Talking Point

DNA discrimination

Friday, July 25

New legislation in the United States and elsewhere has banned the use of genetic testing to deny health insurance or job opportunities. Such laws aim to increase consumer acceptance of genetic screening technology, which has been dampened by privacy concerns, but could also create additional near-term costs.

In May, President George Bush signed the Genetic Information Non-Discrimination Act (GINA), which seeks to prevent discrimination against people who receive a genetic test, by their insurers and employers.

Insurer restrictions

Key provisions are directed specifically at health insurers:

  • Health plans or insurers may not require customers to undergo a genetic test, although they can ask customers to participate voluntarily in genetic research.
  • Insurers may not obtain genetic information for underwriting purposes -- either to determine premiums, or to exclude people from health plan membership or coverage.

Employer restrictions

It also has implications for employers, which play a major role in the largely employer-based US healthcare system:

  • It prevents employers from obtaining or requesting genetic information.
  • It prohibits them from hiring or discharging employees, or determining wages, based on genetic data.
  • It requires employers who possess genetic information to treat it as a confidential 'medical record'.

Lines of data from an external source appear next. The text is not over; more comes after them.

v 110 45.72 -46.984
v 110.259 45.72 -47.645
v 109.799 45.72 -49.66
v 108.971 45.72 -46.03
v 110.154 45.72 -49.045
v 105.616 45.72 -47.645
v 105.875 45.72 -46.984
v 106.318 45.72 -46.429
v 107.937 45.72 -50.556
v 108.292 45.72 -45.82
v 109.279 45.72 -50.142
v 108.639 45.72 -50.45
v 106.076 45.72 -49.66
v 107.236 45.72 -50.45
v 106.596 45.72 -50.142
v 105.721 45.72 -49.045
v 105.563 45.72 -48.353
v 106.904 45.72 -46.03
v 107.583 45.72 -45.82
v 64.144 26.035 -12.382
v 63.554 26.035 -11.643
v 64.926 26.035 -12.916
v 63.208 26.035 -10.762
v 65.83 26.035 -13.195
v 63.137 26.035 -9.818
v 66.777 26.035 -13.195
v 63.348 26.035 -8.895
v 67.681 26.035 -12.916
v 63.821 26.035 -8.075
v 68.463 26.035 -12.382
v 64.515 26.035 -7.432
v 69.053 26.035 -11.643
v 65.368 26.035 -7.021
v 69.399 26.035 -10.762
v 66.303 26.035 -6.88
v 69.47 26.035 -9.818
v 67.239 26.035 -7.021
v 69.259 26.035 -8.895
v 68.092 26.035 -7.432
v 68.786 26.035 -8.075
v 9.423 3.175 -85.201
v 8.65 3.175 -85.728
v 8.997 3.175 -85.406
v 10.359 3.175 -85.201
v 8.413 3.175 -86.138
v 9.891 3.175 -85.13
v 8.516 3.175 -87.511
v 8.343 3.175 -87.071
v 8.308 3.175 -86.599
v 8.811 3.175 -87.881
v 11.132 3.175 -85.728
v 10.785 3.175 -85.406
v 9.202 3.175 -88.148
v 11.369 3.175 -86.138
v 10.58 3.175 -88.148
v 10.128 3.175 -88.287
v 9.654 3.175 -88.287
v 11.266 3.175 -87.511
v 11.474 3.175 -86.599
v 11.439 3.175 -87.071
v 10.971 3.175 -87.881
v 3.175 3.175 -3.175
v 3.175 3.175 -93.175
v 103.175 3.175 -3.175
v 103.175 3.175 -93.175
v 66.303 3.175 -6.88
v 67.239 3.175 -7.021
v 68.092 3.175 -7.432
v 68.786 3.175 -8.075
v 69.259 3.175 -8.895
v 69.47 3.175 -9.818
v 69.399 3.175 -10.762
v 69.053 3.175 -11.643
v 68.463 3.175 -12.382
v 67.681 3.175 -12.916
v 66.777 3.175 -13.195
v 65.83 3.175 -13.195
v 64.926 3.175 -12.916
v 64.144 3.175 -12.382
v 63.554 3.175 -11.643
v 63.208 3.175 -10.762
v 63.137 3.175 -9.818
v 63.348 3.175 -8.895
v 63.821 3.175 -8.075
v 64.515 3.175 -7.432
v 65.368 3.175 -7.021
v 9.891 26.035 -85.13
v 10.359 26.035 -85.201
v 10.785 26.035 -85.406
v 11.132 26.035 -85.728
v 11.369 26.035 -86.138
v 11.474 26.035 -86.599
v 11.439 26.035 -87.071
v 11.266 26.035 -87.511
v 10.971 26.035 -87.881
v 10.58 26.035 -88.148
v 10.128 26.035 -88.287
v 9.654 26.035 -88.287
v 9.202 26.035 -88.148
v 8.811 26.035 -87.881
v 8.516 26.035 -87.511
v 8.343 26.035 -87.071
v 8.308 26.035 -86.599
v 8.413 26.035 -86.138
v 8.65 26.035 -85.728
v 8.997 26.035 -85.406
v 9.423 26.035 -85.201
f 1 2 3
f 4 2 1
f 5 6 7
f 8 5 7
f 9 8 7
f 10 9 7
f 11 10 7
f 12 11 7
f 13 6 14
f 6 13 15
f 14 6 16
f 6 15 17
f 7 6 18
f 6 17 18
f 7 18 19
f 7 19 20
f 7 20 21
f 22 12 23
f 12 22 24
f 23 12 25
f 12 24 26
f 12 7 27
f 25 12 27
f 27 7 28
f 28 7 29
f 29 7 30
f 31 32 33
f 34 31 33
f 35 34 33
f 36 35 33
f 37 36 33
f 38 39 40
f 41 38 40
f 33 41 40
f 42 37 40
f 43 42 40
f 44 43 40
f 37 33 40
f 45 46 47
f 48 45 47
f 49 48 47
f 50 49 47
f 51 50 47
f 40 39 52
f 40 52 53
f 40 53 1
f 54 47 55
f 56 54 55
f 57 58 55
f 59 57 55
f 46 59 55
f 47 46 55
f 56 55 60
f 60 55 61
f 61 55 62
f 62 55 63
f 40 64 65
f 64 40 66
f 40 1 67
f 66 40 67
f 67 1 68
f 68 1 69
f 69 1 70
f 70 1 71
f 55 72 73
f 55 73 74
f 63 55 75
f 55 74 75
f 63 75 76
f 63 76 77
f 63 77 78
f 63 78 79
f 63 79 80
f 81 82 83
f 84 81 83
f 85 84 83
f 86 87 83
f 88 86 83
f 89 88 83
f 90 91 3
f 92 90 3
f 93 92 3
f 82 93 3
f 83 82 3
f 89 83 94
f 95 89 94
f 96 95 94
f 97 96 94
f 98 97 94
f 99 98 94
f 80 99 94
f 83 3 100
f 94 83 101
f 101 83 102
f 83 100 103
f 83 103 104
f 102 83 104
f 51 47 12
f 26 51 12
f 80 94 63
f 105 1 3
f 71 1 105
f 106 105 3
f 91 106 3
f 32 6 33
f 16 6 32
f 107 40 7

Ethical concerns. GINA is animated by ethical principles. For example, if insurers used genetic tests to assess the cost of insurance to a customer, it would discourage many customers from seeking a diagnosis. Moreover, since insurance is required to access most US health services, it is probably unjust for insurers to discriminate against a customer based on their genetic characteristics.

However, employer and insurer concerns about the law are not without merit:

  • New ethical precedent. It is unethical and has long been illegal for employers to discriminate against potential employees based on particular genetic characteristics, such as skin colour or gender, which do not affect job performance. GINA makes it illegal to discriminate based on genetic diseases or disorders, regardless whether those disorders reduce a person's fitness for employment. Thus, GINA is somewhat more restrictive than accepted ethical standards for employment.
  • Accidental family disclosures. Sometimes, a family history of disease is revealed accidentally to an insurer or employer. While GINA does not prescribe penalties in these cases, such information cannot be used by insurers or employers to restrict access to employment or insurance coverage.

The US Chamber of Commerce registered its opposition to GINA partly because of complications that arise in cases of accidental family disclosure. For example, if an employee takes leave to look after a relative with a genetic disease, that leave record is defined as genetic information and must be treated as confidential. While insurers are equipped to protect confidential medical information, employers are often not, and may find themselves at risk of legal penalties.

Outlook: Efforts to curb 'genetic discrimination' may create new compliance costs for employers and could create expensive asymmetries of information between insurers and their customers. Yet as genetic testing technology gains acceptance, enshrining higher ethical standards in law may become financially beneficial for all, by improving the early detection and treatment of disease.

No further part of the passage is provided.